Ils t’ont vêtu d’habits verts lorsque tu voulais en mettre des rouges, d’habits d’été lorsqu’il aurait fallu ceux d’hiver, quand tu voulais marcher, ils t’obligeaient à courir, quand tu voulais courir, ils t’obligeaient à marcher, quand tu voulais la paix, ils ne te l’ont pas laissée, quand tu voulais crier, ils t’ont bâillonné. Tu les as toujours observés, aussi loin que tu puisses te souvenir, tu as perçu et étudié leur duplicité et tu leur as toujours répété qu’ils étaient condamnés, ce dont ils ne voulaient pas prendre conscience, même s’ils savaient pertinemment qu’ils étaient condamnés, pendant tout ce temps où je les ai observés, jusqu’à aujourd’hui. Qu’ils étaient, quoi qu’ils en disent, des êtres sans gêne, sans scrupule, extrêmement dangereux. Ils m’accusaient alors, en quelque sorte, de dire la vérité. Mais si je leur disais de temps en temps qu’ils étaient beaux, intelligents, ce qui était aussi la vérité, ils m’accusaient de mentir. De sorte que, tout au long de ma vie, ils m’ont tantôt reproché de dire la vérité, tantôt de mentir, et très souvent de dire la vérité et de mentir, m’accusant au fond, depuis que je suis né, de dire la vérité et le mensonge, tout comme moi, depuis que je suis né, les accuse de dire le mensonge et la vérité.
Je peux dire ce que je veux, ils me reprochent soit la vérité soit le mensonge, et souvent ils ne savent plus très bien eux-mêmes s’ils sont en train de m’accuser de la vérité ou du mensonge, tout comme moi-même souvent je ne sais plus si je suis en train de les accuser du mensonge ou de la vérité, parce que dans mon mécanisme accusatoire, qui entre-temps a dégénéré en véritable maladie accusatoire, je ne peux plus distinguer s’il s’agit de vérité ou de mensonge, pas plus qu’eux ne peuvent les distinguer chez moi. Si autrefois j’avais une peur mortelle en prenant un carré de sucre dans le sucrier de la salle à manger, j’ai aujourd’hui une peur mortelle de prendre un livre dans la bibliothèque, et une peur plus fatale encore si de surcroît il s’agit d’un livre philosophique, comme hier soir. J’ai toujours aimé Montaigne comme personne. Toujours je me suis réfugié auprès de mon Montaigne lorsque j’éprouvais cette peur mortelle. J’ai laissé Montaigne me guider et me conduire, me mener et me séduire. Montaigne a toujours été mon sauveur et mon secours.

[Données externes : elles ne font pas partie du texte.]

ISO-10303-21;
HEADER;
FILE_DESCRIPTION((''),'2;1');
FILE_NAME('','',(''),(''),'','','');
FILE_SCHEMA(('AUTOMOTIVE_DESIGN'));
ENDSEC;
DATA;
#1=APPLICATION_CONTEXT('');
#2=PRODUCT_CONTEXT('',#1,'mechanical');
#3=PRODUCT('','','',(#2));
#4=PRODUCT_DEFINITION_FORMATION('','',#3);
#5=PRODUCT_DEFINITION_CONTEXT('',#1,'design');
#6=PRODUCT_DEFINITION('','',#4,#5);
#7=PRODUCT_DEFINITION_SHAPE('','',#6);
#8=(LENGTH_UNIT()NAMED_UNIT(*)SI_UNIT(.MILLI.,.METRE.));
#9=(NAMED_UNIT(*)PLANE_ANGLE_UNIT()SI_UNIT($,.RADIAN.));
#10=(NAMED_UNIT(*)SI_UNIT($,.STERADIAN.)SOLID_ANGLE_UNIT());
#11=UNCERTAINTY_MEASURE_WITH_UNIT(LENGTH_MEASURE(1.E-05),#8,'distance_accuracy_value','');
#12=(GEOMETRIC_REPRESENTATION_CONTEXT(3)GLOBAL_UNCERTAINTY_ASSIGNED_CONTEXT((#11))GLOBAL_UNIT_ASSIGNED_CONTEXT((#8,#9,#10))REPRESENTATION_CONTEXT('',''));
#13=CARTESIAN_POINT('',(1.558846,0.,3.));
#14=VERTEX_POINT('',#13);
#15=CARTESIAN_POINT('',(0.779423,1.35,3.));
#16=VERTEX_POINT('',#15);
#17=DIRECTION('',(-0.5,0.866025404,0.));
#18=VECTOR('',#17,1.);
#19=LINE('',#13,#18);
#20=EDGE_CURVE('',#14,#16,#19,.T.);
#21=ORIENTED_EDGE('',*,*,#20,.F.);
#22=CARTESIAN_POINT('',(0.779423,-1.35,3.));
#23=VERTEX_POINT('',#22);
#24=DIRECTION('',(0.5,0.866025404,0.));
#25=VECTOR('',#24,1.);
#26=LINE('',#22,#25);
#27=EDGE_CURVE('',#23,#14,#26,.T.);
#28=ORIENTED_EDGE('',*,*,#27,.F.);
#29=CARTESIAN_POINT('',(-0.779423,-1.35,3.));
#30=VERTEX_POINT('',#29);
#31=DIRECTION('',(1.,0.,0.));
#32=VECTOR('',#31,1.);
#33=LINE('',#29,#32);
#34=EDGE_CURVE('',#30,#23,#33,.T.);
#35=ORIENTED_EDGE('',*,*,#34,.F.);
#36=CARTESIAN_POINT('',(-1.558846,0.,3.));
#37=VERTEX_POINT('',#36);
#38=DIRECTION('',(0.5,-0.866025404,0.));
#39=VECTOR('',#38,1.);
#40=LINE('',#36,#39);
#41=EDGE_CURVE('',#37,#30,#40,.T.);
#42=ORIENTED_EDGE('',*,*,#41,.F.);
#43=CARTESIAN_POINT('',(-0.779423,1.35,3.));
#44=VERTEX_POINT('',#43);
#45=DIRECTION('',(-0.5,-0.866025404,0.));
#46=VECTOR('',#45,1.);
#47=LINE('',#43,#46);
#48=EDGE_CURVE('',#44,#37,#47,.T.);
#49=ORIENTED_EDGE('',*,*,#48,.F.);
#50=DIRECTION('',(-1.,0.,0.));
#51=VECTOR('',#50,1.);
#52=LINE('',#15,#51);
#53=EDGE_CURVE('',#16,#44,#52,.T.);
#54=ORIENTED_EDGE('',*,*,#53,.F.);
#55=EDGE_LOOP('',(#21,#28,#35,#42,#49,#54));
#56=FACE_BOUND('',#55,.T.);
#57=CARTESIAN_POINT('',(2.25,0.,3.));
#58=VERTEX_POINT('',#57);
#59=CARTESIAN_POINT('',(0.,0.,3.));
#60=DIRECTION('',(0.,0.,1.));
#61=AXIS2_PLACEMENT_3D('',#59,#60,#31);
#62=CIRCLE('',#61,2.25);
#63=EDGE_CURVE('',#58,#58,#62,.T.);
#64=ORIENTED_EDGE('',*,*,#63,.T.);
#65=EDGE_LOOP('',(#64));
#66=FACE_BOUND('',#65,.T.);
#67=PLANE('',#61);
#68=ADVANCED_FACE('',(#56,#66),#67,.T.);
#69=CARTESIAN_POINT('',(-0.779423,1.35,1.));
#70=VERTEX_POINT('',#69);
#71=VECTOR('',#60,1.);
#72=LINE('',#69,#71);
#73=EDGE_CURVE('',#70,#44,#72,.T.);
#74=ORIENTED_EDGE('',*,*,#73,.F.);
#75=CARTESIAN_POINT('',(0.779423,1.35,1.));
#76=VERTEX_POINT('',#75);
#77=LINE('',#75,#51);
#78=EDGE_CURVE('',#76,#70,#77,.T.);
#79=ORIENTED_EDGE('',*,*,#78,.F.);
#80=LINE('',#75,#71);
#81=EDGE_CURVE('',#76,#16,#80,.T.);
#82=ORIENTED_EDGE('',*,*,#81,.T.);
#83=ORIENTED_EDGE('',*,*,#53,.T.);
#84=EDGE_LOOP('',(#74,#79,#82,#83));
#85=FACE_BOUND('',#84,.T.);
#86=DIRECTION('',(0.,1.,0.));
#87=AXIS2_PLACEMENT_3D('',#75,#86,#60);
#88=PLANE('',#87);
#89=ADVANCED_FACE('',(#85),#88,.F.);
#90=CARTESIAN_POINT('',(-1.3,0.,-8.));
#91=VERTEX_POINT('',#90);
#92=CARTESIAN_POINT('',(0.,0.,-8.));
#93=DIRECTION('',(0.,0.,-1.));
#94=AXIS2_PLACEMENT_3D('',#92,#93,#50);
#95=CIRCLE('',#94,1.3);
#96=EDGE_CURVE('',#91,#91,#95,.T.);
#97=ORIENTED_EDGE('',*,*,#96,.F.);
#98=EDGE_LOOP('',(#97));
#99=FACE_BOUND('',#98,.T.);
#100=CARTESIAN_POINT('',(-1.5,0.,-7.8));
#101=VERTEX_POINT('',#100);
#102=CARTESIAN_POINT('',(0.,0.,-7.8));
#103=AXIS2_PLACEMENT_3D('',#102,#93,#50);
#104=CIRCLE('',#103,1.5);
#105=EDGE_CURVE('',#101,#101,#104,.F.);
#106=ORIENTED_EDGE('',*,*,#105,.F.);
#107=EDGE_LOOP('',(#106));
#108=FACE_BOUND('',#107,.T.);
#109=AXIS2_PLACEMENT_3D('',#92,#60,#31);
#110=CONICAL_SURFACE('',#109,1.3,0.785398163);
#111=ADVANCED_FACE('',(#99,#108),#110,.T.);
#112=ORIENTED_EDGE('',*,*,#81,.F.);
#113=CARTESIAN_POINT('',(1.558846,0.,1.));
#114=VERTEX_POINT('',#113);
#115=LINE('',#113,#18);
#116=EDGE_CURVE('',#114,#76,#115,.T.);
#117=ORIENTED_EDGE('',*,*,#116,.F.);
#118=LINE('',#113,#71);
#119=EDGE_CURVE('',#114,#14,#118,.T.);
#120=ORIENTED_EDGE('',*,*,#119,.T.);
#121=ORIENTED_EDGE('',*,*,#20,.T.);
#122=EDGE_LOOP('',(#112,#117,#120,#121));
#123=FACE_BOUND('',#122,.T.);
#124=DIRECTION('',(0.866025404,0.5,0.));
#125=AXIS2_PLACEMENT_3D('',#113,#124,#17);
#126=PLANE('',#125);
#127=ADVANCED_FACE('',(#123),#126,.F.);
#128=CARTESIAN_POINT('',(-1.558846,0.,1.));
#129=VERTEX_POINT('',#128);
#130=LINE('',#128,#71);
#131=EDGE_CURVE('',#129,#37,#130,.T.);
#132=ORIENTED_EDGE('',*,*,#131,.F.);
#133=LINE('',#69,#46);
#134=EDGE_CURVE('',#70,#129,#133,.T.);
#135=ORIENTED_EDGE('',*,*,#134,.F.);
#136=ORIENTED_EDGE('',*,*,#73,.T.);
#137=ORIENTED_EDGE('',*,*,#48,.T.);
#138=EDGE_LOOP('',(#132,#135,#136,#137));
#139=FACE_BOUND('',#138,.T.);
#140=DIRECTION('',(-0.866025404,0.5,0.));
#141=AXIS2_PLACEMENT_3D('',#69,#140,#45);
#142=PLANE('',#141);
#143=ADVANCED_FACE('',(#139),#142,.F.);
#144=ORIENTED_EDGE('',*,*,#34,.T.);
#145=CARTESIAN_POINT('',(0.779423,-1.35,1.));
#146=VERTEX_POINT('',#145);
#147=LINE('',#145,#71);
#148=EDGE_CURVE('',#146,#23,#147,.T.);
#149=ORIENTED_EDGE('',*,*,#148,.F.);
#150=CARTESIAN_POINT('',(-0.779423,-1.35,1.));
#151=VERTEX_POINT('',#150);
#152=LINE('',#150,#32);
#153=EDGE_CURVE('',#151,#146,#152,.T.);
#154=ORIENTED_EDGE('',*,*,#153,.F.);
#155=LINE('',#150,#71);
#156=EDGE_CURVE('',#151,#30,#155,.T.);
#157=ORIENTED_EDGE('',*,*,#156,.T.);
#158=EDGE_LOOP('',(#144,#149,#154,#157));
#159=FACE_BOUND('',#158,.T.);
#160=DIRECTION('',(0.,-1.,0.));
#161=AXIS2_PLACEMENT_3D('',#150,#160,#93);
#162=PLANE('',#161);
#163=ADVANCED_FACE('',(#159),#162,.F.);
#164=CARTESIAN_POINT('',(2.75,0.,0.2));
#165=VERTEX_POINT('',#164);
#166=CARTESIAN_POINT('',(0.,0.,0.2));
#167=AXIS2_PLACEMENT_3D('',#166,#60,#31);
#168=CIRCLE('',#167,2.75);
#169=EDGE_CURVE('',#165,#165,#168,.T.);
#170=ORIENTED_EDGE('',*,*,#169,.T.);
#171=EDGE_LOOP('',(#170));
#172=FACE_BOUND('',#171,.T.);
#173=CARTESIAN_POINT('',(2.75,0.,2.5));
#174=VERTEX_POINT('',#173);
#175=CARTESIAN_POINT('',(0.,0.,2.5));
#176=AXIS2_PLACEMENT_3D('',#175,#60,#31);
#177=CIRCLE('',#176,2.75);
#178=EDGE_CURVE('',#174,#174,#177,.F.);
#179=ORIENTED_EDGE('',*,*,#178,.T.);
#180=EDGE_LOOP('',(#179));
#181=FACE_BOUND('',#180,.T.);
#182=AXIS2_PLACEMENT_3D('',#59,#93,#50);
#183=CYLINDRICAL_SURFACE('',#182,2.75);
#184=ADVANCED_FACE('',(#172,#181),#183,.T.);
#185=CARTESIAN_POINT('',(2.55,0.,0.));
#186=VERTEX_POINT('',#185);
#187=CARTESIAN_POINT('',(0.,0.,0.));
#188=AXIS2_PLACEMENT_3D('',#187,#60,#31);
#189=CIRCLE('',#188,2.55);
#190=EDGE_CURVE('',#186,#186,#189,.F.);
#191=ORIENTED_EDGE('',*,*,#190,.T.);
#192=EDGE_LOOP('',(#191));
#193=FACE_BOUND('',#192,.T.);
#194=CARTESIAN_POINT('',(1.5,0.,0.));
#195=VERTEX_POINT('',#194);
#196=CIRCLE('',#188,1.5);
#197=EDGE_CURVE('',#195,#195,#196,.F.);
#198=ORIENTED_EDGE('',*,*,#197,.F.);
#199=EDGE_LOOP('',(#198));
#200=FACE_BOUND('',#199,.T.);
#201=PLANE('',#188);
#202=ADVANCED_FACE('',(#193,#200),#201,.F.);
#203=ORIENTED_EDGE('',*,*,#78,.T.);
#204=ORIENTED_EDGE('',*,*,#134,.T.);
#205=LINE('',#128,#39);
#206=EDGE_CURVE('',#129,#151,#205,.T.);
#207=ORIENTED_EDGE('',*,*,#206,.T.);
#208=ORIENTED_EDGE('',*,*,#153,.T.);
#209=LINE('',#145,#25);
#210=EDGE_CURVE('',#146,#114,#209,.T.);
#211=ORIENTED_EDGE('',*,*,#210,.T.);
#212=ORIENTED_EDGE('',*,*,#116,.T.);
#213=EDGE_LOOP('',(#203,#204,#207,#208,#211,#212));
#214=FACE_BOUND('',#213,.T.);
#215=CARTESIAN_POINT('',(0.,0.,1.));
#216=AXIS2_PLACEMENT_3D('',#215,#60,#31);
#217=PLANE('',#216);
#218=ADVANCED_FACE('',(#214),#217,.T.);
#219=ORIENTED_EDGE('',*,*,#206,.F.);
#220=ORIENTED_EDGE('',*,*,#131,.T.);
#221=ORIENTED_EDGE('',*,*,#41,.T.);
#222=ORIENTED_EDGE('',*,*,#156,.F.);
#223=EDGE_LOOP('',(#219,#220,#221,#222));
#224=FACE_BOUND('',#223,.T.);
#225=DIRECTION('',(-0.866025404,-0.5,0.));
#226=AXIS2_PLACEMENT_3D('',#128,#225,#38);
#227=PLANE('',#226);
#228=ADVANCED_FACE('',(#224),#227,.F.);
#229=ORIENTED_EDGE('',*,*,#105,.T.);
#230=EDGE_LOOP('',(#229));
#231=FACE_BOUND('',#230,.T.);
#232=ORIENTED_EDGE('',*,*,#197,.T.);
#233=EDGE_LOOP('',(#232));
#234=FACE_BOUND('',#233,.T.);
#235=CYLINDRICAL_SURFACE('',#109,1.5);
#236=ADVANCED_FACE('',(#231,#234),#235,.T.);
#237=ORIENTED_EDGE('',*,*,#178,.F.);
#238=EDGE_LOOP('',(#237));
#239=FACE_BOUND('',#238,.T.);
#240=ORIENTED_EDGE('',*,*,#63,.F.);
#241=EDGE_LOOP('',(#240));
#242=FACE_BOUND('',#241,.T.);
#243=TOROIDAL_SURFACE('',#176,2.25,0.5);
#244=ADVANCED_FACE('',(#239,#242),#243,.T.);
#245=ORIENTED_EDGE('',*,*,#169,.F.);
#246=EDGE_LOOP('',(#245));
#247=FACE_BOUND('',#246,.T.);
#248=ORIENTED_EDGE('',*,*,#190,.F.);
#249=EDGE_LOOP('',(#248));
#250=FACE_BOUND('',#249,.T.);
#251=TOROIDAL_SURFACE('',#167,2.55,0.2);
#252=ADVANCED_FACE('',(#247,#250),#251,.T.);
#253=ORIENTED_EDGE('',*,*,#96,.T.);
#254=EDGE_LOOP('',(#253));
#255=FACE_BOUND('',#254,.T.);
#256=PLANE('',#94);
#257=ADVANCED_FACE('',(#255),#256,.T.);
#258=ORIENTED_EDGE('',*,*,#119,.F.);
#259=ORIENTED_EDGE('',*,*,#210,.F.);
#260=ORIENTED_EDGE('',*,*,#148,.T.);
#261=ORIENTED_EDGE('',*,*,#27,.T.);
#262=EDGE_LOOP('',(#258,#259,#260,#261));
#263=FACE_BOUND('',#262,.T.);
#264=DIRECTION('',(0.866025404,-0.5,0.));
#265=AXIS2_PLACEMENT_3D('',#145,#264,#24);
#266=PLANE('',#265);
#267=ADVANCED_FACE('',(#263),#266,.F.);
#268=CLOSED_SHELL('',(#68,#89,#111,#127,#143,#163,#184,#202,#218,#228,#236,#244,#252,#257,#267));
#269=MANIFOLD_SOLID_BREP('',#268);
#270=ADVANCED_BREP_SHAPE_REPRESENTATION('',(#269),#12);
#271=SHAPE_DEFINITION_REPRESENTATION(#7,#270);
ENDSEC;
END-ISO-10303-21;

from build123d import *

# Parameters (mm, degrees)
SKETCH_1_R          = 2.75
EXTRUDE_1_DEPTH     = 3
FILLET_1_R          = 0.5
CUT_EXTRUDE_1_DEPTH = 2
SKETCH_3_R          = 1.5
EXTRUDE_2_DEPTH     = 8
CHAMFER_1_SIZE      = 0.2
FILLET_2_R          = 0.2


with BuildPart() as part:
    # 草图1 → 凸台-拉伸1 (new body)
    with BuildSketch(Plane.XY):
        Circle(SKETCH_1_R)
    extrude(amount=EXTRUDE_1_DEPTH)

    # 圆角1
    fillet_1_edges = [part.edges().sort_by_distance(p)[0] for p in [
        (-2.75, 0, 3),
    ]]
    fillet(fillet_1_edges, radius=FILLET_1_R)

    # 草图2 → 切除-拉伸1 (cut)
    with BuildSketch(Plane.XY.offset(3)):
        Polygon((1.558845727, 0), (0.779422863, 1.35), (-0.779422863, 1.35), (-1.558845727, 0), (-0.779422863, -1.35), (0.779422863, -1.35), align=None)
    extrude(amount=-CUT_EXTRUDE_1_DEPTH, mode=Mode.SUBTRACT)

    # 草图3 → 凸台-拉伸2 (add)
    with BuildSketch(Plane(origin=(0, 0, 0), x_dir=(-1, 0, 0), z_dir=(0, 0, -1))):
        Circle(SKETCH_3_R)
    extrude(amount=EXTRUDE_2_DEPTH)

    # 倒角1
    chamfer_1_edges = [part.edges().sort_by_distance(p)[0] for p in [
        (1.5, 0, -8),
    ]]
    chamfer(chamfer_1_edges, length=CHAMFER_1_SIZE)

    # 圆角2
    fillet_2_edges = [part.edges().sort_by_distance(p)[0] for p in [
        (-2.75, 0, 0),
    ]]
    fillet(fillet_2_edges, radius=FILLET_2_R)


solid = part.part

Quand bien même j’ai fini par me défier des autres, de ma pléthorique famille philosophique, qu’en réalité je devrais plutôt qualifier de pléthorique famille philosophique française, qui n’a jamais compté que quelques cousins et cousines venus d’Allemagne ou d’Italie, rapidement disparus qui plus est, Montaigne est toujours resté pour moi une sorte de refuge.
Je n’ai jamais eu ni père ni mère, mais j’ai toujours eu mon Montaigne. Mes géniteurs, que je ne saurais qualifier de père et de mère, m’ont rejeté dès l’origine, et j’ai tôt fait de tirer les conséquences de ce rejet, me réfugiant tout droit dans les bras de mon Montaigne, voilà la vérité. Montaigne, me suis-je toujours dit, est à la tête d’une famille philosophique extraordinairement prolifique, mais jamais je n’ai aimé les membres de cette famille philosophique autant que son chef, mon cher Montaigne.